One such was owned by Joseph Lochner, who challenged the law, prevailing in the Supreme Court, 5 to 4. The majority said “clean and wholesome bread” does not depend on limiting workers’ hours: Workers are “in no sense wards of the state,” and there is no evidence that baking is an especially unhealthful profession, so the law was an unconstitutional “interference” with an unenumerated right of individuals, the liberty of contract.

The main dissent radiated progressivism’s statism and paternalism: Government may limit working hours lest workers damage their “physical and mental capacity to serve the State, and to provide for those dependent upon them.” In another dissent, ultimately famous and hugely influential, Oliver Wendell Holmes, whose judicial restraint often expressed his dogmatic majoritarianism, defended “the right of a majority to embody their opinions in law.” He said liberty should not be construed “to prevent the natural outcome of a dominant opinion.”

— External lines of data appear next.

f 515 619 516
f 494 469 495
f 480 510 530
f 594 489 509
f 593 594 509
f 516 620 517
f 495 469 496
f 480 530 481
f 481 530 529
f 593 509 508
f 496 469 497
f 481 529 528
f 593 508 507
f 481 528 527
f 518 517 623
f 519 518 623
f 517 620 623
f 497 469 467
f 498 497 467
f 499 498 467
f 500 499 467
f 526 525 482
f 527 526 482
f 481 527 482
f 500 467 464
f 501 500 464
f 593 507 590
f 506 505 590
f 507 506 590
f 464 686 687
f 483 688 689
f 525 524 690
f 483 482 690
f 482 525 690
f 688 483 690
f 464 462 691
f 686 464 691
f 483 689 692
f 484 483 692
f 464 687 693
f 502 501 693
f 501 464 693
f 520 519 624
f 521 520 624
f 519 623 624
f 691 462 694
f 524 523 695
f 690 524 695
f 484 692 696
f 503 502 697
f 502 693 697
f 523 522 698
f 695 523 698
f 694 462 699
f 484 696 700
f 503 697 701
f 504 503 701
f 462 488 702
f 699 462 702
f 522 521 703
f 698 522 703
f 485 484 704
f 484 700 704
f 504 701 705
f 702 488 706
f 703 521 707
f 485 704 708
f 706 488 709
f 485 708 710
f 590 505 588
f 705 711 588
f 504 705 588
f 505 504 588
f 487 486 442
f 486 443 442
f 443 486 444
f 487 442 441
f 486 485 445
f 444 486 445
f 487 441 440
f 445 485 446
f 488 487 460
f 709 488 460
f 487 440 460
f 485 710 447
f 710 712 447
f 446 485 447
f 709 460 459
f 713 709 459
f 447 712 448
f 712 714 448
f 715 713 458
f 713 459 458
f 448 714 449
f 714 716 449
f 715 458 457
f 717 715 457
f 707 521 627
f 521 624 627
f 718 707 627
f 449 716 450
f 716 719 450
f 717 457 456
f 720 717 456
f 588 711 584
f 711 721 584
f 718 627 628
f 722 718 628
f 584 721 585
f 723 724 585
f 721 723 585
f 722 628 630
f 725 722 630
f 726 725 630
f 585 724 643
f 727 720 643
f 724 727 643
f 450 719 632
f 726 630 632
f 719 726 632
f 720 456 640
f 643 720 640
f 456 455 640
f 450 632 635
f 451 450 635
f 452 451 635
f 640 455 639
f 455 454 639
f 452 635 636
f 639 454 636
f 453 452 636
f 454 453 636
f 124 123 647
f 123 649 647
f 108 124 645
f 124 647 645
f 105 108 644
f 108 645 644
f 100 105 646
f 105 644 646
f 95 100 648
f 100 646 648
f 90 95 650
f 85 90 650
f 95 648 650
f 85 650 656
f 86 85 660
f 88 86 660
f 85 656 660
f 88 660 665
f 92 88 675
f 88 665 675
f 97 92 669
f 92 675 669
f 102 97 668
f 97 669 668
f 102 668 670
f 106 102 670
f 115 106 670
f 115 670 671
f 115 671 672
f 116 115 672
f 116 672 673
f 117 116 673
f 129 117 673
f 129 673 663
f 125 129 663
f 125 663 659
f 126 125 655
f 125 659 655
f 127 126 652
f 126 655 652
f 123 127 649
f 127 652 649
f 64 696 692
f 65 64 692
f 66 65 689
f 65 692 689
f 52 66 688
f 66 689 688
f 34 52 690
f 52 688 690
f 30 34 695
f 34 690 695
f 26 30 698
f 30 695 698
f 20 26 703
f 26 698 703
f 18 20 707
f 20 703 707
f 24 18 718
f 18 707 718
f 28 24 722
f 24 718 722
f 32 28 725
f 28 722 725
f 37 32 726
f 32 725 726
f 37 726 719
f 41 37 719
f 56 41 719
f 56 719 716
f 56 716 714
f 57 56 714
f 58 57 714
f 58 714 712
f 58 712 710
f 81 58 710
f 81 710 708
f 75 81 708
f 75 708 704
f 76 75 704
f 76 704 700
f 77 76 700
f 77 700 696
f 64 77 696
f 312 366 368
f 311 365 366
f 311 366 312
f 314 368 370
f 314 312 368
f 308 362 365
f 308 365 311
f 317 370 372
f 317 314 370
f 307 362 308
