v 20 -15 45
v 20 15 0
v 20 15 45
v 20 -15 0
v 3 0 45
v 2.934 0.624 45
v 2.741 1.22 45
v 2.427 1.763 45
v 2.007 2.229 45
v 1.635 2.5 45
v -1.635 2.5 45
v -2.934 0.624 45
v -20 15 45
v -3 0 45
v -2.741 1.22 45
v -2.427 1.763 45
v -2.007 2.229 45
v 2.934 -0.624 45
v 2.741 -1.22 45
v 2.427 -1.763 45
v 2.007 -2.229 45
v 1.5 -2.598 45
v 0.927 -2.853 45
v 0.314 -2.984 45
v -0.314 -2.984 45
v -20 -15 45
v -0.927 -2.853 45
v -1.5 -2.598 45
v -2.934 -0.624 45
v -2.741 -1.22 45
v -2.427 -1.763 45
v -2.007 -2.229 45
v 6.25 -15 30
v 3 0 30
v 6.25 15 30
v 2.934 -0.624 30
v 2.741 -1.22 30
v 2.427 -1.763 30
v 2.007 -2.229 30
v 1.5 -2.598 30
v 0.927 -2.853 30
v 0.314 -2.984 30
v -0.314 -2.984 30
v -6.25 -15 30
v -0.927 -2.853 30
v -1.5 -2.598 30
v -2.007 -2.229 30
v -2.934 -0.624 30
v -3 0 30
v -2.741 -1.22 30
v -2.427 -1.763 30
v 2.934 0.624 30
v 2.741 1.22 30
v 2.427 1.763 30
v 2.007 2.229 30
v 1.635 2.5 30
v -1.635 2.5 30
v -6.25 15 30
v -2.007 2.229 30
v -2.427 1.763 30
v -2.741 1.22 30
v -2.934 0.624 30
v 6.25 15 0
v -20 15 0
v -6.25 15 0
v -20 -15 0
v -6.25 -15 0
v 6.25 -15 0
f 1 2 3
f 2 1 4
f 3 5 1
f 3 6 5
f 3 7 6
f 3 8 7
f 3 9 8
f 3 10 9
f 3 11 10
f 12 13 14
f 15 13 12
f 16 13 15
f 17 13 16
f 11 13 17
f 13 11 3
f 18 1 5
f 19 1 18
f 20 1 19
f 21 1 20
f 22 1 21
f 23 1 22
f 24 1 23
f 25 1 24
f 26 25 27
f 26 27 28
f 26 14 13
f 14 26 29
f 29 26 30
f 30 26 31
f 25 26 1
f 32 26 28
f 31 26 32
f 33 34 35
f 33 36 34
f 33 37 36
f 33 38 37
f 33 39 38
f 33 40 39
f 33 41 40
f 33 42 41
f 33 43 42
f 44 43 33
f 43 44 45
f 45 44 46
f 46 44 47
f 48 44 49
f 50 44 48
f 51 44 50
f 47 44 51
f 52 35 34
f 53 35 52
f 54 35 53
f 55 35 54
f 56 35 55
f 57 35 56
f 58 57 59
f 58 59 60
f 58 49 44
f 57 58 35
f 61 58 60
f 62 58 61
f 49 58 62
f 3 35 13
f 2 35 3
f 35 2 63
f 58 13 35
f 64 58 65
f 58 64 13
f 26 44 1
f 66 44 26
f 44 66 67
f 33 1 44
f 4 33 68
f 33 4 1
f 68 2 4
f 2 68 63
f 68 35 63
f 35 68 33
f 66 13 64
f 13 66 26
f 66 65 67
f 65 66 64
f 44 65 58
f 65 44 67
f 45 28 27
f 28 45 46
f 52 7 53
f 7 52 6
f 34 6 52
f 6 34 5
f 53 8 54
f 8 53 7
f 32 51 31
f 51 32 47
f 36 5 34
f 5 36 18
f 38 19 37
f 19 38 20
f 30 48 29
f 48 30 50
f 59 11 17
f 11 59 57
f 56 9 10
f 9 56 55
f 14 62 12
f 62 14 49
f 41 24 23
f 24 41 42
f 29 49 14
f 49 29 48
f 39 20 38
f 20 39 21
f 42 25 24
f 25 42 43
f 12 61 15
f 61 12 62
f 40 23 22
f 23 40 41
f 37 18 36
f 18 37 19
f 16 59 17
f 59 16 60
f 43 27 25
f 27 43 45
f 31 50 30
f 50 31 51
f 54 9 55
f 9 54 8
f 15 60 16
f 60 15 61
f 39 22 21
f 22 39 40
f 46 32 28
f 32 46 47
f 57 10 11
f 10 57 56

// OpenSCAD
// file: motor_shaft.scad
function motor_shaft_cut_length() = 15;

module motor_shaft(tolerance = 0) {
	shaft_length = 22;
	shaft_radius = 2.5 + tolerance;
	cut_length = motor_shaft_cut_length();
	cut_thickness = 0.5;
	$fs = 0.01;

	difference() {
		cylinder(h=shaft_length, r=shaft_radius);
		translate([-5, shaft_radius-cut_thickness, 0]) {
			cube([10, cut_thickness, cut_length]);
		}
	}
}

motor_shaft();
// main file
use <motor_shaft.scad>;

finger_height = 30;
y_size = 30;

module end_effector_half() {
	spacing_for_knob = 12.5;
	finger_thickness = 13.75;

	union() {
		translate([0, 0, finger_height]) {
			cube([
				spacing_for_knob / 2 + finger_thickness,
				y_size,
				motor_shaft_cut_length(),
			]);
		};
		translate([spacing_for_knob / 2, 0, 0]) {
			cube([finger_thickness, y_size, finger_height]);
		}
	}
}

module end_effector() {
	union() {
		end_effector_half();
		mirror([1, 0, 0]) {
			end_effector_half();
		}
	}
}

difference() {
	translate([0, -y_size / 2, 0]) {
		end_effector();
	}
	translate([0, 0, finger_height]) {
		motor_shaft(tolerance = 0.5);
	}
}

Princeton’s president, Woodrow Wilson, agreed, dismissing “the inalienable rights of the individual” as “nonsense” inimical to government’s ability to efficiently work its progressive will. So much for the idea that one of the Constitution’s primary purposes is the protection of individual rights against majority tyranny.

Progressives celebrated Holmes’s gift to government of almost untrammeled police powers. He said courts should defer to economic regulations because the Constitution does not “embody a particular economic theory.” Thus began liberals’ distortion of Lochner as expressing the court’s commitment to laissez-faire doctrine.